La gente se acercaba con curiosidad, algunos querían alquilar mi caballo. Con una sonrisa respondí lo obvio: Ron no se alquila ni se vende. La reacción era siempre la misma: risa y asombro.
Más adelante, al tomar rumbo hacia el Camino del Marco de los Reyes, me crucé con un comercio que sí ofrecía caballos en alquiler. Varios autos esperaban turno. El caballo, pensé, sigue siendo un imán; un símbolo que no pierde vigencia en un mundo cada vez más digital.
El trayecto final me llevó hasta la Portera Celeste, un punto mítico en el paisaje serrano. Desde allí, el camino hacia el Secreto de las Sierras serpenteado entre colinas y curvas, recién remozado, perfecto para recorrerlo a caballo.
El aire limpio, el sonido del trote resonando entre las piedras, y cada curva regalando una nueva postal.
Al llegar, la casa de los Caballero Franco nos recibió con la calidez de siempre. La mesa ya estaba lista: un mediodía acogedor con amigos y aromas familiares.
Morena, la hija de Noelia, compartía la tarde con su novio; Martín y Jenny, parte del equipo, se movían entre preparativos.

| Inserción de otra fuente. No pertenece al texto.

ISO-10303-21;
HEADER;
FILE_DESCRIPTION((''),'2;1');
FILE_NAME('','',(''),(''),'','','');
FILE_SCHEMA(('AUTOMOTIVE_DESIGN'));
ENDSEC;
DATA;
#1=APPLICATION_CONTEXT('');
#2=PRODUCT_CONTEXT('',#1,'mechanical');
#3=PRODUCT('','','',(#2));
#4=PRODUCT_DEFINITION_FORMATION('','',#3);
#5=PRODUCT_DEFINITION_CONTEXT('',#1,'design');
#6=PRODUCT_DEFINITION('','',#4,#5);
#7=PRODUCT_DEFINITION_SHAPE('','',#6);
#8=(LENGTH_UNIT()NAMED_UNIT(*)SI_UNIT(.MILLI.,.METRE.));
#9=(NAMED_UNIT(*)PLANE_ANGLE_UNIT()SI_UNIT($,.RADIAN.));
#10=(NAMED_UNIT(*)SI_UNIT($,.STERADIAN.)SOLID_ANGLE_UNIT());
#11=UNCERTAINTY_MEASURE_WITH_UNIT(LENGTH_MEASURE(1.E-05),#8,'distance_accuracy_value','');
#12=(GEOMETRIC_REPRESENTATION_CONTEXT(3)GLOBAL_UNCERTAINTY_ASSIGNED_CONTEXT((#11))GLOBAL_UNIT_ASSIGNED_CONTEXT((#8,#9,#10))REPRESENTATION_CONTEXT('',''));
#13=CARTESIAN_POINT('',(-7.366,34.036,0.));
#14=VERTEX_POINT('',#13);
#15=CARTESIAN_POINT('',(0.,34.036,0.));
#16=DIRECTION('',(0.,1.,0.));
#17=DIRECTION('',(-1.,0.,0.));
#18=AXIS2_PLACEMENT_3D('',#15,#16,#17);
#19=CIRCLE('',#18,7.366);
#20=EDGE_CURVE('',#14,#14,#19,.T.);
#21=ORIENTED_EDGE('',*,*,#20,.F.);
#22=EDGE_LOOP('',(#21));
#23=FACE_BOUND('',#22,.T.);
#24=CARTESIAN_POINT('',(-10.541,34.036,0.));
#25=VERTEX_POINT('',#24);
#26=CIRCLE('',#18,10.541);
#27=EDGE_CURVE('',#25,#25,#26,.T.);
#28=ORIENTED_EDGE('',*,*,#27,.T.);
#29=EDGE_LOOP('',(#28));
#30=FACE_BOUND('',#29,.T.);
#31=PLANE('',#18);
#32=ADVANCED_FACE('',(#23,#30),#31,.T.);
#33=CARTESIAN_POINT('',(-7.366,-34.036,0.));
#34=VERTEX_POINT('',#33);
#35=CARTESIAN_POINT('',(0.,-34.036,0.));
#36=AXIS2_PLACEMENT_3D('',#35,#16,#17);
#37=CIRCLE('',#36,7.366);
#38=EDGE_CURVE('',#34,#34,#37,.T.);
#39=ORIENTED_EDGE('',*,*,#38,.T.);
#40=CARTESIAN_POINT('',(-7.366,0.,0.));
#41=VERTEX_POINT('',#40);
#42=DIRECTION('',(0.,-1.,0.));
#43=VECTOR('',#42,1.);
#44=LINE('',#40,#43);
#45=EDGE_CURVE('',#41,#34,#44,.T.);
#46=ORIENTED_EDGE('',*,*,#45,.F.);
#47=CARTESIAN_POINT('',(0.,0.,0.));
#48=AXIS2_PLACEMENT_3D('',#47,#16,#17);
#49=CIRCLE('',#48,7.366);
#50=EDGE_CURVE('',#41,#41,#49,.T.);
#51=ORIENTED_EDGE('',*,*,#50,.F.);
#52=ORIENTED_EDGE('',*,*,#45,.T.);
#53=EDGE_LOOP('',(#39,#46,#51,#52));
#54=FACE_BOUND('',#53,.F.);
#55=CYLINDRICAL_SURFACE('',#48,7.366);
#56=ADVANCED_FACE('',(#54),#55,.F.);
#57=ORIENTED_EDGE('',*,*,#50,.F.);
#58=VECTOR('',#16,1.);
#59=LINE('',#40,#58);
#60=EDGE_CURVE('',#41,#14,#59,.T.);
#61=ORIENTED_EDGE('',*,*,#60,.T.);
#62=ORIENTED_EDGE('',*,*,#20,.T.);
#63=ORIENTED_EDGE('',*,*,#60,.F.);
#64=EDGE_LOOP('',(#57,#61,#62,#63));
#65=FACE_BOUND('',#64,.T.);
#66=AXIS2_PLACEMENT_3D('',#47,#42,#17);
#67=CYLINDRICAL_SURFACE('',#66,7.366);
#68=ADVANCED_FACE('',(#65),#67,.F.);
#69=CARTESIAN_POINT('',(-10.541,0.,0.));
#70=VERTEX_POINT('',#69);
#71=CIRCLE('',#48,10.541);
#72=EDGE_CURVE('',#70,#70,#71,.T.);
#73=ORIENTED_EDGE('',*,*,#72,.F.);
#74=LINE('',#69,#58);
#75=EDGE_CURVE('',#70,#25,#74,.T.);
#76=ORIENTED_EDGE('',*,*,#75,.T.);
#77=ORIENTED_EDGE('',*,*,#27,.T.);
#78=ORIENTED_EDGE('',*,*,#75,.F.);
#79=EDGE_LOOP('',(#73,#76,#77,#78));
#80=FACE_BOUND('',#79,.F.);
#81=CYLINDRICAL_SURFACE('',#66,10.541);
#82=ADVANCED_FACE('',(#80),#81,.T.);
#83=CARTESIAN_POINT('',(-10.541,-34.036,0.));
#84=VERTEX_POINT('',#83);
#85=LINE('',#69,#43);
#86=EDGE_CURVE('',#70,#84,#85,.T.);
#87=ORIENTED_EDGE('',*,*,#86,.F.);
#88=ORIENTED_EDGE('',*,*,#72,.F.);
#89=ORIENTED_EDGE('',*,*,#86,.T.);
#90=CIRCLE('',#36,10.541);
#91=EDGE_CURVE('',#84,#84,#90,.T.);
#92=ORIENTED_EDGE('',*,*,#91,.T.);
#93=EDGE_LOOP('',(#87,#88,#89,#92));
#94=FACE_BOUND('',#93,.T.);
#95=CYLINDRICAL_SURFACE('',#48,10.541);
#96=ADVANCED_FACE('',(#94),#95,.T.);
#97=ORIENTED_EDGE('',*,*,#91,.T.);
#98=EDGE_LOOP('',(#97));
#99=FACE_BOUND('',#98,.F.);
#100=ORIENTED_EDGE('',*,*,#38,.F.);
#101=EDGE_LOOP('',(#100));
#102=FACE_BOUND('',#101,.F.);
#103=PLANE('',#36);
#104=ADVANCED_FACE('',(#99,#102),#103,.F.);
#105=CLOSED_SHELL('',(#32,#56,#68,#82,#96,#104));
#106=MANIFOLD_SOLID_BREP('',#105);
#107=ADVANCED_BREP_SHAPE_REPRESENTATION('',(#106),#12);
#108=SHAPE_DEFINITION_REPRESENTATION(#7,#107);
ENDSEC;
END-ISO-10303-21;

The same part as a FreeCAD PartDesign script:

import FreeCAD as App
import Part
import Sketcher
Q = App.Units.Quantity

doc = App.newDocument("Part")
body = doc.addObject("PartDesign::Body", "Body")

# Sketch on XZ plane
sketch1 = doc.addObject("Sketcher::SketchObject", "Sketch")
body.addObject(sketch1)
sketch1.AttachmentSupport = (doc.XZ_Plane, [""])
sketch1.MapMode = "FlatFace"
sketch1.addGeometry([
    Part.Circle(App.Vector(0, 0, 0), App.Vector(0, 0, 1), 11),
    Part.Circle(App.Vector(0, 0, 0), App.Vector(0, 0, 1), 7),
], False)
sketch1.addConstraint([
    Sketcher.Constraint("Coincident", 0, 3, -1, 1),
    Sketcher.Constraint("Coincident", 1, 3, -1, 1),
    Sketcher.Constraint("Diameter", 1, Q("0.58 in")),
    Sketcher.Constraint("Diameter", 0, Q("0.83 in")),
])
pad1 = doc.addObject("PartDesign::Pad", "Pad")
body.addObject(pad1)
pad1.Profile = sketch1
pad1.Length = Q("2.68 in")
pad1.Midplane = True

doc.recompute()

Y Noelia, con su toque inconfundible, hizo una cremita de chocolate mientras en las brasas se cocinaba un asado generoso.
La sobremesa se estiró entre charlas y anécdotas, y la tarde culminó con una recorrida por las hectáreas del complejo. Cada rincón invitaba a descubrir un detalle nuevo: árboles que resistieron al viento, senderos que invitaban a caminar, miradores desde los que el sol empezaba a caer sobre las sierras.
El regreso quedaba para el día siguiente: buscar otra vez a Ron, repetir el circuito, vivir de nuevo la ruta, el aire y los cerros. Pero esa, como toda buena historia, merece ser contada aparte.